### WHAT IS EXPECTED
What is needed here is an exact repetition of the records below, beginning at the line that has "f 110 173 109" and stopping after the line that has "f 196 162 197".

### TASK DATA

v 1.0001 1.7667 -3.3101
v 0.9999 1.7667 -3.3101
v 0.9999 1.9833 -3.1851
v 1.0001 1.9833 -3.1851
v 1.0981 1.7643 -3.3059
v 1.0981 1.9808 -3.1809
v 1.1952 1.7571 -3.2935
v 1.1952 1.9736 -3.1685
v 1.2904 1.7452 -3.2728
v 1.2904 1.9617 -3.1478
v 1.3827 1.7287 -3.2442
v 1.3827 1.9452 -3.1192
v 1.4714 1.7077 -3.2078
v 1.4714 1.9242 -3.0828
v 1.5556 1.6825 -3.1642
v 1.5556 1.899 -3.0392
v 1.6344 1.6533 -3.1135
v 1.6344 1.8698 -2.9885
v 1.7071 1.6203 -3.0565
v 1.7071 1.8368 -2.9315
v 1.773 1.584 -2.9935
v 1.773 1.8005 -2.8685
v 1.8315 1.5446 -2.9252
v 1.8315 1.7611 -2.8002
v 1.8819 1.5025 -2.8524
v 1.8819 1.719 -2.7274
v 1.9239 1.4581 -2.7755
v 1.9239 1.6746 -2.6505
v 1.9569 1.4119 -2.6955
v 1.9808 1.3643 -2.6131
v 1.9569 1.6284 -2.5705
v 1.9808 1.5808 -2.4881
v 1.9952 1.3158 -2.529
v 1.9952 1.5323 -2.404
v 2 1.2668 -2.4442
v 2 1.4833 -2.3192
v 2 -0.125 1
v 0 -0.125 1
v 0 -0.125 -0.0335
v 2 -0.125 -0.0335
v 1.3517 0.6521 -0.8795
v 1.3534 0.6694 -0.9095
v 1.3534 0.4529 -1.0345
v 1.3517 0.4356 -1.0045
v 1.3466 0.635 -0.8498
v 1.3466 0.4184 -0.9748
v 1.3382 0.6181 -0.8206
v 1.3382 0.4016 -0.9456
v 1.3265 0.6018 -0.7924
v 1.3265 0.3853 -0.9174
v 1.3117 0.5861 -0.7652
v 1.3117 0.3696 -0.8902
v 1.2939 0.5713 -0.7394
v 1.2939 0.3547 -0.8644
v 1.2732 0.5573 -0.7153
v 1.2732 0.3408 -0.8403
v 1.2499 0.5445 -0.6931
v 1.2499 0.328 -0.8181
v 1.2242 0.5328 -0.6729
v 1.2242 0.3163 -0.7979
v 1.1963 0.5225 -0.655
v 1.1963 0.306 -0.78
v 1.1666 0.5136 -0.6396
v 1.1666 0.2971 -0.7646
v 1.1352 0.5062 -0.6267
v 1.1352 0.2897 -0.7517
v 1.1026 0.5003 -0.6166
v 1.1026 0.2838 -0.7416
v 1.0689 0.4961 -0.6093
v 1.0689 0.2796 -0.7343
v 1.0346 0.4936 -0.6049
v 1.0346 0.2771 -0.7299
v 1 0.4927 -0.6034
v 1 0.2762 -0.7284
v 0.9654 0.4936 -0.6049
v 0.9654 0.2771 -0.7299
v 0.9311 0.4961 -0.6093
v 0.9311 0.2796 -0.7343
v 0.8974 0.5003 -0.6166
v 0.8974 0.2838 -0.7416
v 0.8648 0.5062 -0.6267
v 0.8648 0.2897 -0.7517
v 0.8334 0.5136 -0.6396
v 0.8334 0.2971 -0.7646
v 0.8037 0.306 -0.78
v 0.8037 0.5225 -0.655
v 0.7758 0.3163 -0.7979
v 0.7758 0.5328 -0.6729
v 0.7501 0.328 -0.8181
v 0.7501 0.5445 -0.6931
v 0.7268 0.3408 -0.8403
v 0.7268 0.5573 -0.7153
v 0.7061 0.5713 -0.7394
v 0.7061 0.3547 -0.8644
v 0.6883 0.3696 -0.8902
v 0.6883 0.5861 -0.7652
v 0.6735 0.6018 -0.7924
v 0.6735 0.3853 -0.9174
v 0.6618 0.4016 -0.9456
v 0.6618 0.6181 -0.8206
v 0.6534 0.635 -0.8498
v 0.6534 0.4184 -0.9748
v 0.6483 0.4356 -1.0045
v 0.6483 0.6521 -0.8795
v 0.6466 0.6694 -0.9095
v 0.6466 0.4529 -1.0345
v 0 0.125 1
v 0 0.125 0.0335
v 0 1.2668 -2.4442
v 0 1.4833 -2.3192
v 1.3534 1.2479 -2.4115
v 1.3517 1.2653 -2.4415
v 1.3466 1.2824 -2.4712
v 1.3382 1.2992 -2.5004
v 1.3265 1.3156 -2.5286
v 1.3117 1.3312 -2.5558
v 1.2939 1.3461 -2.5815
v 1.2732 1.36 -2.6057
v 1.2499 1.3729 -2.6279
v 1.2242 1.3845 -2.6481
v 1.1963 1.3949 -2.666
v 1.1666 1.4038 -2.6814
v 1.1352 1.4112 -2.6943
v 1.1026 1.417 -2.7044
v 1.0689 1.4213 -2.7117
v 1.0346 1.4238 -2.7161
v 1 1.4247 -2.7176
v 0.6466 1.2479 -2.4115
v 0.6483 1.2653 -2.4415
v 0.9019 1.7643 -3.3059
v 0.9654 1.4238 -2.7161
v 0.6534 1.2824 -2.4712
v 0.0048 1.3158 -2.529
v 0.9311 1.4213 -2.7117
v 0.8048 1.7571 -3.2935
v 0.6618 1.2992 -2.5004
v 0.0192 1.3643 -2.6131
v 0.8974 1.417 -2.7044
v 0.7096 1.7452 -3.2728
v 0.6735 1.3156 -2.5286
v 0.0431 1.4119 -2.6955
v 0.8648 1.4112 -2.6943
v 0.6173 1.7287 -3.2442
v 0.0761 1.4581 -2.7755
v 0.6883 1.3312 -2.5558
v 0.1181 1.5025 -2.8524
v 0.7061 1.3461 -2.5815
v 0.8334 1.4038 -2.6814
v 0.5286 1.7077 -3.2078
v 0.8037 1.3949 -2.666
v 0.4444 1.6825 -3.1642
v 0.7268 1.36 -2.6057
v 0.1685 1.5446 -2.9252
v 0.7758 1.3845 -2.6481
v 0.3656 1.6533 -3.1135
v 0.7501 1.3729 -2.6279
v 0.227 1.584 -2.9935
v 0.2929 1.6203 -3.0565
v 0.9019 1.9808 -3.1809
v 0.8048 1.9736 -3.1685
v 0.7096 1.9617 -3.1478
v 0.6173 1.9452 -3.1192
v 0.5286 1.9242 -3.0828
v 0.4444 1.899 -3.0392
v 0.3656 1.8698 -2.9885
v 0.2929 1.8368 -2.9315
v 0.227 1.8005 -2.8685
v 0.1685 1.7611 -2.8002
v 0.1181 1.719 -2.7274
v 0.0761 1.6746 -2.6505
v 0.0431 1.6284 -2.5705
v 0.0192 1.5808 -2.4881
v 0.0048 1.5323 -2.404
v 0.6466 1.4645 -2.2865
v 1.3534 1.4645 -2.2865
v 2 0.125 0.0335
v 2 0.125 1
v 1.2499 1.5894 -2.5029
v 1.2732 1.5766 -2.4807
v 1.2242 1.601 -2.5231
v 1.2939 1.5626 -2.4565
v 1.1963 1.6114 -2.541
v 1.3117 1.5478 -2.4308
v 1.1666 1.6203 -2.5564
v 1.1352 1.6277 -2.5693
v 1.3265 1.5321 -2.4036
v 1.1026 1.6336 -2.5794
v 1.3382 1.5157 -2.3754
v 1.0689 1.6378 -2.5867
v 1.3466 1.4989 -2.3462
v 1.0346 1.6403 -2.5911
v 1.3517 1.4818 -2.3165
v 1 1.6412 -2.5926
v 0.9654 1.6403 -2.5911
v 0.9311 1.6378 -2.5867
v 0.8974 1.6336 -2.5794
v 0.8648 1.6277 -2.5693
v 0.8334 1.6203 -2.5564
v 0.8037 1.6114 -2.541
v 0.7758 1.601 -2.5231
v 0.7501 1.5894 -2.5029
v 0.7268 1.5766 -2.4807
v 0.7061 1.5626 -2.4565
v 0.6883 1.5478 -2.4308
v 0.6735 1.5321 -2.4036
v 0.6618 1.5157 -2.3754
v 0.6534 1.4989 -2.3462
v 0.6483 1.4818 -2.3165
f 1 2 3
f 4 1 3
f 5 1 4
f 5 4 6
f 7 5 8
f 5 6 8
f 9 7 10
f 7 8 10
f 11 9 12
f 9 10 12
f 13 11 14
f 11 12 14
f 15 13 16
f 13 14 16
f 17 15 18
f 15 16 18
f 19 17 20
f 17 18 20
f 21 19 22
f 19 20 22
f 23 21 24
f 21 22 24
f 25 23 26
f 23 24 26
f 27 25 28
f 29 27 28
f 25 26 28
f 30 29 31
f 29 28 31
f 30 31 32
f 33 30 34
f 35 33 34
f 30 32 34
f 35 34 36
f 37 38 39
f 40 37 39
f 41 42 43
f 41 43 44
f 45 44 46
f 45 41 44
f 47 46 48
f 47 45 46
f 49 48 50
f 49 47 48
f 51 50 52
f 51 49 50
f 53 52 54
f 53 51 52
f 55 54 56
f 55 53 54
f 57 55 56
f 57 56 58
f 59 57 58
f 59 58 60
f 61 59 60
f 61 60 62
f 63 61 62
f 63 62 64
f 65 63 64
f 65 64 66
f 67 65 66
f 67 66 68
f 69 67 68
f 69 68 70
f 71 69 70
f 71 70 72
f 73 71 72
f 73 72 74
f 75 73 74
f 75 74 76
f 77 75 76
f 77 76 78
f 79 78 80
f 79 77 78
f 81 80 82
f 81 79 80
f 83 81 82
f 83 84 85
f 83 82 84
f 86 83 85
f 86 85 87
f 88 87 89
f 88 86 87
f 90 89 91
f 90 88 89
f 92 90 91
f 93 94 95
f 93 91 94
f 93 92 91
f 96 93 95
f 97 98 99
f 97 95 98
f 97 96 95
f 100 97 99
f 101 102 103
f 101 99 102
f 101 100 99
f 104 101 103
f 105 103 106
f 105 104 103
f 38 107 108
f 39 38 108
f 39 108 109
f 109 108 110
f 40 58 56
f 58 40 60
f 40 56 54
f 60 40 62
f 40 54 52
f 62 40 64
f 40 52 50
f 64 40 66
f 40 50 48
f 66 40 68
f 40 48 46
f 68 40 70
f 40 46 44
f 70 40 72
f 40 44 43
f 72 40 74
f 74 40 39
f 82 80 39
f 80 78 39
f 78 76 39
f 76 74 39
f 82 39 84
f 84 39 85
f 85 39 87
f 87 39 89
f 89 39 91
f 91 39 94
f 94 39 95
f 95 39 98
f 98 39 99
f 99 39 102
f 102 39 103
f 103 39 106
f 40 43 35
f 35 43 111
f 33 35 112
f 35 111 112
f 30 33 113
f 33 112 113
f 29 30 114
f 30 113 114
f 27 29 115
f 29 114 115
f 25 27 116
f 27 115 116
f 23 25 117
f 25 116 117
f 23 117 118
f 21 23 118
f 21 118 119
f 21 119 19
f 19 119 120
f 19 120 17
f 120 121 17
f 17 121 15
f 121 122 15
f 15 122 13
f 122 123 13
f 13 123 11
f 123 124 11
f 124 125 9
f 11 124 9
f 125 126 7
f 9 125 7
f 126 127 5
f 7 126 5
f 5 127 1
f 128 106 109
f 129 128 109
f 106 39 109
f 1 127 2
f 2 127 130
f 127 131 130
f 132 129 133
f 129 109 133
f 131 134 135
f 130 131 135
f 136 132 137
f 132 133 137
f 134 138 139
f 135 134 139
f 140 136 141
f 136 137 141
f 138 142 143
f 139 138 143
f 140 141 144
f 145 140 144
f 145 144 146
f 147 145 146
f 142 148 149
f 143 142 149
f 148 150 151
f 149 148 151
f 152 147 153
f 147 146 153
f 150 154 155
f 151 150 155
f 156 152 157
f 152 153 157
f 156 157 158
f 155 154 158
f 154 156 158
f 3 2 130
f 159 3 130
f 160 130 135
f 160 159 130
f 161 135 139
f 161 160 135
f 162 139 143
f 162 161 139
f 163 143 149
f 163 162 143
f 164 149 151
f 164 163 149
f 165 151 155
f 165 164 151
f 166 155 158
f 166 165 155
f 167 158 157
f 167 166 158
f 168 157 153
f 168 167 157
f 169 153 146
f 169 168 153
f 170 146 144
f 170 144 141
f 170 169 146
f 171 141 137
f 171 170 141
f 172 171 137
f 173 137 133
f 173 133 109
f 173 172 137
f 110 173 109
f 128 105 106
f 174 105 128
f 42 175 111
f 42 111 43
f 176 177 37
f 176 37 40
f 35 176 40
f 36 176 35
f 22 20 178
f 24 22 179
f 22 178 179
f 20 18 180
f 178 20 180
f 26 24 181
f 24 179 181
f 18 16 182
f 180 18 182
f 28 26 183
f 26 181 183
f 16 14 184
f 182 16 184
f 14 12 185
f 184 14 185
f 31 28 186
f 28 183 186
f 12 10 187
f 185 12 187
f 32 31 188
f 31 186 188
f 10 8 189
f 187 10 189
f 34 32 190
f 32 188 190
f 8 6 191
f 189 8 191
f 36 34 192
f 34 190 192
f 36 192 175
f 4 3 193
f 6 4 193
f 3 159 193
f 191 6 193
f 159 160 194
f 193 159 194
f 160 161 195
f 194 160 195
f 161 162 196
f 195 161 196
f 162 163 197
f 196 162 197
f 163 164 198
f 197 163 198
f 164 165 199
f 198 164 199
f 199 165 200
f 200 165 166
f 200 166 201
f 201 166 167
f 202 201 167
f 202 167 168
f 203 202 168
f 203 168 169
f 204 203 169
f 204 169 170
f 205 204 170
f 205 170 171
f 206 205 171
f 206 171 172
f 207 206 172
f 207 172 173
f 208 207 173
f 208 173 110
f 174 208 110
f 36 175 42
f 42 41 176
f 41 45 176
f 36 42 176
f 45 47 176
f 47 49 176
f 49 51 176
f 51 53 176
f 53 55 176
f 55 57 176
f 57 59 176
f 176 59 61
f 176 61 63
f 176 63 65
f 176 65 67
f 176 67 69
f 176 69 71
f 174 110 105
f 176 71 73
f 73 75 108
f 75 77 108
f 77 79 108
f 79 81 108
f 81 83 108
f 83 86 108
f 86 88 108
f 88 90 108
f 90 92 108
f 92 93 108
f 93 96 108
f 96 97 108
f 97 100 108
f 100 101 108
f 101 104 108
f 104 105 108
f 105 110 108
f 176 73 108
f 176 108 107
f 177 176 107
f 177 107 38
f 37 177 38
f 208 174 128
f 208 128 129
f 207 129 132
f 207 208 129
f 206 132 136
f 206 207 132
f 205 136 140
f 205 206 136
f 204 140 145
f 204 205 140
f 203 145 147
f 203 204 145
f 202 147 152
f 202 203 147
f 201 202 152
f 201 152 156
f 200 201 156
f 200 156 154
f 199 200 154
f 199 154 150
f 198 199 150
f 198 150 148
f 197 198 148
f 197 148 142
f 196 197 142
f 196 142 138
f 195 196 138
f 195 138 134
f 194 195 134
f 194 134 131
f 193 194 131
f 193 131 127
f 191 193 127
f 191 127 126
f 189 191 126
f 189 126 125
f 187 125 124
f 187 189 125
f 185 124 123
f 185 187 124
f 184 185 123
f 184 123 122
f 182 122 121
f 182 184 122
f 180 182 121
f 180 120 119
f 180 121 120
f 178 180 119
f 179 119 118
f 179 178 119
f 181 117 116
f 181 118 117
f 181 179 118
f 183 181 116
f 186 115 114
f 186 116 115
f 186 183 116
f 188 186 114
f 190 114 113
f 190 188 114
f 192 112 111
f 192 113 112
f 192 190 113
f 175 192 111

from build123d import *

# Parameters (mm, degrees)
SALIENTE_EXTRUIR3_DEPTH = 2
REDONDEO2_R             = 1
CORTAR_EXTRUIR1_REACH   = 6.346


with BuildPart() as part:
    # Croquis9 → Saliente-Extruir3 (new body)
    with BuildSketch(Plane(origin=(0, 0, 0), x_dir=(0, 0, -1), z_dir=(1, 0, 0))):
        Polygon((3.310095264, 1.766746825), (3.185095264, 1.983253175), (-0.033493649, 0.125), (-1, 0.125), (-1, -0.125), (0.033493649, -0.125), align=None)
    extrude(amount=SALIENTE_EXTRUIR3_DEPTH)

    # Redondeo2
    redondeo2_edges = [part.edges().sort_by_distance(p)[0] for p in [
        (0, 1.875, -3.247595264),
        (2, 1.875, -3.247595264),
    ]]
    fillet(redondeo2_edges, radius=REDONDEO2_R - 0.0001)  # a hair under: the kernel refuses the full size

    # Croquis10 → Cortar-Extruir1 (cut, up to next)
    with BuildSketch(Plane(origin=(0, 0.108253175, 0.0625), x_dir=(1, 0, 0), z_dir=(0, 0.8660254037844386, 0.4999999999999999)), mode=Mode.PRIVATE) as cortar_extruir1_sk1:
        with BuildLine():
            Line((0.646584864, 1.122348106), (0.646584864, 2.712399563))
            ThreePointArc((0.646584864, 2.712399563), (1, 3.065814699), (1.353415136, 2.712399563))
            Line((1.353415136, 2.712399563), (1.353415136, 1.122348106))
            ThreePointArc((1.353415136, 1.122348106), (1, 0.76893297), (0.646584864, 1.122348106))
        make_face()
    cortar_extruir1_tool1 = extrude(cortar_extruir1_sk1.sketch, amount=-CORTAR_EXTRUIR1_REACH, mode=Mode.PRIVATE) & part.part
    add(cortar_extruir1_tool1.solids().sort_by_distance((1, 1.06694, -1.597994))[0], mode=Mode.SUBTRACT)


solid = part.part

### RESPONSE
f 110 173 109
f 128 105 106
f 174 105 128
f 42 175 111
f 42 111 43
f 176 177 37
f 176 37 40
f 35 176 40
f 36 176 35
f 22 20 178
f 24 22 179
f 22 178 179
f 20 18 180
f 178 20 180
f 26 24 181
f 24 179 181
f 18 16 182
f 180 18 182
f 28 26 183
f 26 181 183
f 16 14 184
f 182 16 184
f 14 12 185
f 184 14 185
f 31 28 186
f 28 183 186
f 12 10 187
f 185 12 187
f 32 31 188
f 31 186 188
f 10 8 189
f 187 10 189
f 34 32 190
f 32 188 190
f 8 6 191
f 189 8 191
f 36 34 192
f 34 190 192
f 36 192 175
f 4 3 193
f 6 4 193
f 3 159 193
f 191 6 193
f 159 160 194
f 193 159 194
f 160 161 195
f 194 160 195
f 161 162 196
f 195 161 196
f 162 163 197
f 196 162 197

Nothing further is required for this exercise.